Charlotte Mason, in common with many classical educators, suggests reading good books for their moral lessons as well as for their literary value. The better the literary quality, the more likely it is that the reader will gain something of moral value from his reading. Miss Mason thought that children should be put in touch with the great ideas, with information clothed in literary language provided by great minds. Good books - meaning well-written books - contribute good material for moral growth.
-Wendi Capehart, Books Build Character


I am delighted by this idea that we can use these fictional characters to discuss persons and personalities - all without using specific real world examples, so as to avoid pointing out others' flaws (always a hazardous and questionable occupation) or potentially hurting somebody's feelings. How useful! I think we've already done this, to a certain extent, but now I want to watch our stories not only for the good behavior they may inspire, but also for the less desirable behavior to discuss and ponder. It is a whole class of teaching moments that I hadn't fully recognized in both literature and scripture.

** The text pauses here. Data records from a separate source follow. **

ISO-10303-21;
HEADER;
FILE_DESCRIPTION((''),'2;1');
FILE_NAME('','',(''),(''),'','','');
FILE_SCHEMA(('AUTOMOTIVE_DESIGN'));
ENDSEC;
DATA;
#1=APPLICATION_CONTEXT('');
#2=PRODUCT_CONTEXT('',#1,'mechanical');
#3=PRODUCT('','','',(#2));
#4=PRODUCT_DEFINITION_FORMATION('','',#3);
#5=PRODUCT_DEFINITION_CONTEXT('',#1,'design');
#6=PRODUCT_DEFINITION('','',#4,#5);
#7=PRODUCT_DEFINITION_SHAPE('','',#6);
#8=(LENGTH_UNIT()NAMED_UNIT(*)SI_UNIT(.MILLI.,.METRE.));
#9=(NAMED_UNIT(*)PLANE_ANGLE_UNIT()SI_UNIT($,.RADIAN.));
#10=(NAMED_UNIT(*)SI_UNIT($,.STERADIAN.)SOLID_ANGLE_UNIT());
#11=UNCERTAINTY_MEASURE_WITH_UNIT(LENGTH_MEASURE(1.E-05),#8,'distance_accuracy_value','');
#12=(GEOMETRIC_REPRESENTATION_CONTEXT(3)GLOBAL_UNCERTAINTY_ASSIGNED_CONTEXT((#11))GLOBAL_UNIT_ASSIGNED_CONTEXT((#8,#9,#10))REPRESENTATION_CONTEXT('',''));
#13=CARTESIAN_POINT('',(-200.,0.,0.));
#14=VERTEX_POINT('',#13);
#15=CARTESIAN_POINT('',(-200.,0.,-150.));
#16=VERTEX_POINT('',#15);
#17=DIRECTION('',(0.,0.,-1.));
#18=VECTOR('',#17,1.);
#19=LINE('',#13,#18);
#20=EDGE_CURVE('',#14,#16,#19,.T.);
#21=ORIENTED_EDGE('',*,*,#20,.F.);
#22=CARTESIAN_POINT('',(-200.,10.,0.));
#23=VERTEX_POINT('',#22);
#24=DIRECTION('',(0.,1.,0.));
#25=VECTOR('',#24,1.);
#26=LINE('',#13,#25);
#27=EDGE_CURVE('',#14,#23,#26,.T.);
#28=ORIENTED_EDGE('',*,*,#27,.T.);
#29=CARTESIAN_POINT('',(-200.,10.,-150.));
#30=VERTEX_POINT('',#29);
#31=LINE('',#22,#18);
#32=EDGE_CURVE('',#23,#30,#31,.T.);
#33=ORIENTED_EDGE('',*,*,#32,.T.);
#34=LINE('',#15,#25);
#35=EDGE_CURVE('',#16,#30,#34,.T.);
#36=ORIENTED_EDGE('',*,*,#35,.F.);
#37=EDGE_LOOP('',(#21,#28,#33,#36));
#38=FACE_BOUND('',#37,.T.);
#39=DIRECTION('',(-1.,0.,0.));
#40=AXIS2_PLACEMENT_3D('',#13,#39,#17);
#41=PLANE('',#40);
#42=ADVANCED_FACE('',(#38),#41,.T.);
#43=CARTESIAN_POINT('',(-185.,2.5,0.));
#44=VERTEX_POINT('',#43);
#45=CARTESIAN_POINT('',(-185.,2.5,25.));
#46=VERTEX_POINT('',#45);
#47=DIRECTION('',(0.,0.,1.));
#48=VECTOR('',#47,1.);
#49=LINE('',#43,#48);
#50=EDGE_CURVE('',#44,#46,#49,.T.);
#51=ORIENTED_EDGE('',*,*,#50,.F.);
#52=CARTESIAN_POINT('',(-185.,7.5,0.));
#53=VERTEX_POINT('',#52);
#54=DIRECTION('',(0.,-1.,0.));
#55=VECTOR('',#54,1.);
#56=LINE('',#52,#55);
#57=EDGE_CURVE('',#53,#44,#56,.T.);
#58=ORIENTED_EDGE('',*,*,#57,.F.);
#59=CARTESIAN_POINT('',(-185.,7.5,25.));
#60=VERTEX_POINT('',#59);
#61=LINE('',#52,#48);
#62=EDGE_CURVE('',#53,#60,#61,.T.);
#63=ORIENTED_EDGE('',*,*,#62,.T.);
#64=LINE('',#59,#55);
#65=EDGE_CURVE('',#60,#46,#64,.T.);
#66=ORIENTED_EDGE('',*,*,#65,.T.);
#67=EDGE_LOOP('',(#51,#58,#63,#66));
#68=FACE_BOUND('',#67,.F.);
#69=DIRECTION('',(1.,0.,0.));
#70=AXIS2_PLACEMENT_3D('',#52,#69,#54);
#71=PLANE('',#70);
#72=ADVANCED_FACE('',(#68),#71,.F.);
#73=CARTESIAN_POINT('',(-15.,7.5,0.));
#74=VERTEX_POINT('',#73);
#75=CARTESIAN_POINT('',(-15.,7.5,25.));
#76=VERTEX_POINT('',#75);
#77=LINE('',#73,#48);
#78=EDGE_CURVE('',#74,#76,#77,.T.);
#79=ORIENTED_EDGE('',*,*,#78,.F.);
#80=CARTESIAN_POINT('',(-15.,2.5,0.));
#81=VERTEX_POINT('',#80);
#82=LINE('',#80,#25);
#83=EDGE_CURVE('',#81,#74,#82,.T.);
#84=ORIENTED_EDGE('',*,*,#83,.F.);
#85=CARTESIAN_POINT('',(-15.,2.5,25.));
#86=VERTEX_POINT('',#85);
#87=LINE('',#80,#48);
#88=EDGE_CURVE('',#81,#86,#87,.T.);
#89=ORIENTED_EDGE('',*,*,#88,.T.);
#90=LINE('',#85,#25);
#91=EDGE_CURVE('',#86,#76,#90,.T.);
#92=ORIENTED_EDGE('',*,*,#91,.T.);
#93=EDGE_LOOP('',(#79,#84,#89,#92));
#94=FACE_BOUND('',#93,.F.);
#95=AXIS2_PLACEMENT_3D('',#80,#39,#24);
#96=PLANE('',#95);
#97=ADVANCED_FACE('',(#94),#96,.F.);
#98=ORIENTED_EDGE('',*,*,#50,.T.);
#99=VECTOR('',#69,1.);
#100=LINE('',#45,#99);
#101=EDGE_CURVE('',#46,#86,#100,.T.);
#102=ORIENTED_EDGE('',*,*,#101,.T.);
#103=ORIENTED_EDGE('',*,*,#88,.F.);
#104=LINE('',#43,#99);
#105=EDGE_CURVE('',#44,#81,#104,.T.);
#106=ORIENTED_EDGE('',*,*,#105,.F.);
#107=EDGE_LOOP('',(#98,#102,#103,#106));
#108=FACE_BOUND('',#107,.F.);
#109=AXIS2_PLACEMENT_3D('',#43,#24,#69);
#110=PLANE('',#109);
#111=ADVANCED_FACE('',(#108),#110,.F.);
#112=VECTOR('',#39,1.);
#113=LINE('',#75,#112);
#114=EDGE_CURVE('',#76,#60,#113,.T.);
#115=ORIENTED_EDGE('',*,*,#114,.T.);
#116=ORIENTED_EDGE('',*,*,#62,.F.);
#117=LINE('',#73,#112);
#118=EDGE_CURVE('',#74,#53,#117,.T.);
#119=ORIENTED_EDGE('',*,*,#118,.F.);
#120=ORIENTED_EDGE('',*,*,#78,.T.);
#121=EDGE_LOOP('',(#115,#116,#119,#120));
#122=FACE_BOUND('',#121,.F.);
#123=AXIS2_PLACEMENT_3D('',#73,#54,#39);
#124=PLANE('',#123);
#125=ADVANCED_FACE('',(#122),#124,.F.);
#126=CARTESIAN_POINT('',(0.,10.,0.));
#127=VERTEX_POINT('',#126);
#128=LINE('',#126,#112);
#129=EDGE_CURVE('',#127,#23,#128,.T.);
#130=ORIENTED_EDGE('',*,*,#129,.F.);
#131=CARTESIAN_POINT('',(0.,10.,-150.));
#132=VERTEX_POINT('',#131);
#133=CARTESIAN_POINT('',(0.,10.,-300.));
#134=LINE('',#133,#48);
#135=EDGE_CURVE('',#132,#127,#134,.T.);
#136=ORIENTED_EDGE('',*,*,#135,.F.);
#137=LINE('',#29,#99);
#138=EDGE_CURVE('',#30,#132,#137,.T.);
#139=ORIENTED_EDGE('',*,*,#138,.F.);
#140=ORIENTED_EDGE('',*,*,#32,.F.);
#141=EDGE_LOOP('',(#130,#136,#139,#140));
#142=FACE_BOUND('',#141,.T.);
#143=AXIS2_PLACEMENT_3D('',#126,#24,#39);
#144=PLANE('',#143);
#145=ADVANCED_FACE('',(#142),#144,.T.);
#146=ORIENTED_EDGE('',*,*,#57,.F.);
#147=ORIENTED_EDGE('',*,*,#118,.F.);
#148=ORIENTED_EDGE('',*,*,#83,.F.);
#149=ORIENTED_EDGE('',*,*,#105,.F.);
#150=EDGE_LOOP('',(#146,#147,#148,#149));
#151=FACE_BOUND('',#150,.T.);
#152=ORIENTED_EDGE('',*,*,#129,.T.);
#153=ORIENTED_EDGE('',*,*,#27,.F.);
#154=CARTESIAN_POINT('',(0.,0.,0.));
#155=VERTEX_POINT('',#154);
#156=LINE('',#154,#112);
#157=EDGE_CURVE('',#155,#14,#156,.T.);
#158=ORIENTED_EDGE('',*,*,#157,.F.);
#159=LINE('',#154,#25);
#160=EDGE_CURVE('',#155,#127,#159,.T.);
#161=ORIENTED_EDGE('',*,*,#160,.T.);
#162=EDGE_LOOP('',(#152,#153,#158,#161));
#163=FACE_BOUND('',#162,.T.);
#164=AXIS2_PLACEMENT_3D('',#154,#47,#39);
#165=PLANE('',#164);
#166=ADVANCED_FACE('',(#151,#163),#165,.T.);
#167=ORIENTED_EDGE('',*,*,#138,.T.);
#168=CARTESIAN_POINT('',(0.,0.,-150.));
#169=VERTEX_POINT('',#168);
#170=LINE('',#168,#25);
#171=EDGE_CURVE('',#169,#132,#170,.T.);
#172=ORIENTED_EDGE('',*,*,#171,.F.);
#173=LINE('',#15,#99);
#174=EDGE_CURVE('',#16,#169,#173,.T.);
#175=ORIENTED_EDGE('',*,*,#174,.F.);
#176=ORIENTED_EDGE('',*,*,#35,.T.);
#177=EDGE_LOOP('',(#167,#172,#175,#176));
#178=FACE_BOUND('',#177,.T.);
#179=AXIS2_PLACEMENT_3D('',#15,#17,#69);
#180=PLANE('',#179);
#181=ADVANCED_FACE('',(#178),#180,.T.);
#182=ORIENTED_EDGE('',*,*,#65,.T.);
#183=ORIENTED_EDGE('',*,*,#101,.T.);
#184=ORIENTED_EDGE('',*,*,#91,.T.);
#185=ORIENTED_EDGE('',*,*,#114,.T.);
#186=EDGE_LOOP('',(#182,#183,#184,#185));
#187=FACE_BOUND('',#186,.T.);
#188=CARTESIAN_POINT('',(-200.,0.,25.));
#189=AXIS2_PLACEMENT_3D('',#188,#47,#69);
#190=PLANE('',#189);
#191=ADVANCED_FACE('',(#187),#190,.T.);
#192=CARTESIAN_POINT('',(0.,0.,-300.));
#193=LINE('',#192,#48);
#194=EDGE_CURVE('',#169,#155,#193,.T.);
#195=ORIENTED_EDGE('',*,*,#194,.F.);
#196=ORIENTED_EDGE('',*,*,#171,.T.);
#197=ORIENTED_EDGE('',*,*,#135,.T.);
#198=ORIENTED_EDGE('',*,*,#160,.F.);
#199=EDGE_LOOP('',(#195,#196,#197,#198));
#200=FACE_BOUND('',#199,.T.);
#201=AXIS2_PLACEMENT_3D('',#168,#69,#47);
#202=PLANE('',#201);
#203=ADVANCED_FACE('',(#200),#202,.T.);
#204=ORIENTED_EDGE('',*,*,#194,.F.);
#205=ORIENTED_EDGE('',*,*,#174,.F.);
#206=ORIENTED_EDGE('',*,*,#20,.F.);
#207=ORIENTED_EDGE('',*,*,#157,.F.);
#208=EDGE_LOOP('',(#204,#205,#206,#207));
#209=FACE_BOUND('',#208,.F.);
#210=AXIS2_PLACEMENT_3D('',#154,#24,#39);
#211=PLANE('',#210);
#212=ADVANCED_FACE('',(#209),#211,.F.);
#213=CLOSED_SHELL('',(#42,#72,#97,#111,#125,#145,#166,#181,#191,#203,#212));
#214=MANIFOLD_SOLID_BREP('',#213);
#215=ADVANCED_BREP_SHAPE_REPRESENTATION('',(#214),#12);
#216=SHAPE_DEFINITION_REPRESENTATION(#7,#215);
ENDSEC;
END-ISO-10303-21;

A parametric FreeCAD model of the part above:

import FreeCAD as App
import Part
import Sketcher
from FreeCAD import Vector

doc = App.newDocument("Part")
body = doc.addObject("PartDesign::Body", "Body")

# Sketch on XZ plane
sketch1 = body.newObject("Sketcher::SketchObject", "Sketch")
sketch1.AttachmentSupport = (doc.getObject("XZ_Plane"), [""])
sketch1.MapMode = "FlatFace"
sketch1.addGeometry([
    Part.LineSegment(Vector(-200, 0, 0), Vector(0, 0, 0)),
    Part.LineSegment(Vector(0, 0, 0), Vector(0, -150, 0)),
    Part.LineSegment(Vector(0, -150, 0), Vector(-200, -150, 0)),
    Part.LineSegment(Vector(-200, -150, 0), Vector(-200, 0, 0)),
], False)
sketch1.addConstraint([
    Sketcher.Constraint("Coincident", 0, 2, 1, 1),
    Sketcher.Constraint("Coincident", 1, 2, 2, 1),
    Sketcher.Constraint("Coincident", 2, 2, 3, 1),
    Sketcher.Constraint("Coincident", 3, 2, 0, 1),
    Sketcher.Constraint("Horizontal", 0),
    Sketcher.Constraint("Vertical", 1),
    Sketcher.Constraint("Horizontal", 2),
    Sketcher.Constraint("Vertical", 3),
    Sketcher.Constraint("Coincident", 0, 2, -1, 1),
    Sketcher.Constraint("DistanceX", 0, 1, 0, 2, 200.0),
    Sketcher.Constraint("DistanceY", 1, 2, 1, 1, 150.0),
])
pad1 = body.newObject("PartDesign::Pad", "Pad")
pad1.Profile = sketch1
pad1.Length = 10
pad1.Reversed = True

# Sketch on XY plane
sketch2 = body.newObject("Sketcher::SketchObject", "Sketch001")
sketch2.AttachmentSupport = (doc.getObject("XY_Plane"), [""])
sketch2.MapMode = "FlatFace"
sketch2.addGeometry([
    Part.LineSegment(Vector(-185, 8, 0), Vector(-185, 2, 0)),
    Part.LineSegment(Vector(-185, 2, 0), Vector(-15, 2, 0)),
    Part.LineSegment(Vector(-15, 2, 0), Vector(-15, 8, 0)),
    Part.LineSegment(Vector(-15, 8, 0), Vector(-185, 8, 0)),
], False)
sketch2.addConstraint([
    Sketcher.Constraint("Coincident", 0, 2, 1, 1),
    Sketcher.Constraint("Coincident", 1, 2, 2, 1),
    Sketcher.Constraint("Coincident", 2, 2, 3, 1),
    Sketcher.Constraint("Coincident", 3, 2, 0, 1),
    Sketcher.Constraint("Vertical", 0),
    Sketcher.Constraint("Horizontal", 1),
    Sketcher.Constraint("Vertical", 2),
    Sketcher.Constraint("Horizontal", 3),
    Sketcher.Constraint("DistanceX", 1, 1, 1, 2, 170.0),
    Sketcher.Constraint("DistanceY", 0, 2, 0, 1, 5.0),
    Sketcher.Constraint("DistanceX", 0, 2, -1, 1, 185.0),
    Sketcher.Constraint("DistanceY", -1, 1, 0, 2, 2.5),
])
pad2 = body.newObject("PartDesign::Pad", "Pad001")
pad2.Profile = sketch2
pad2.Length = 25

doc.recompute()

"We know that the pillar of Classical Education is classics. ... A classic is a book, or a work of art or music or anything, which you can read or appreciate again and again and again, and get more out of it each time. ... It's particularly apropos for Christian educators, because implies what is the great classic? The Bible. Which you could read an infinite number of times, and get more out of it each time." -Andrew Pudewa, "What Are We Really Doing Here?"

There are, of course, many other areas of character development. Family work - the process of teaching kids to participate in and value work - is also hugely important.

Work builds and refines character, creates beauty, and is the instrument of our service to one another and to God. I don't know that, classically, educators would have had to explicitly include learning to do physical in the curriculum, but in our day, with so many labor-saving devices, and the overly indulgent attitude towards childrearing  that has become prevalent, I find that it is helpful to specifically include work in our educational routine. And this also serves the ends of a Classical Education:

Work builds and refines character, creates beauty, and is the instrument of our service to one another and to God.
-D. Todd Chirstopherson, Reflections on a Consecrated Life

Including household chores in our routine serves to break up the day, keeping everyone from getting stale from sitting around doing the same thing all the time, it teaches necessary life skills, and is one aspect of how we can teach our children to work hard.

“All true Work is sacred; in all true Work, were it but true hand-labour, there is something of divineness. Labour, wide as the Earth, has its summit in Heaven.”
-Thomas Carlyle, quoted in Reflections on a Consecrated Life

This idea of climbing toward a heavenly summit is really the basis of what happens in a Classical Education. In that process of climbing toward the divine, we are likely to see such fruits as jobs and citizenship, but those things, worthy as they are, are not the end of education in themselves. The education of God's children is much, much more than mere training for a transitory mortal job. It is setting their feet firmly on the path toward their Eternal Home.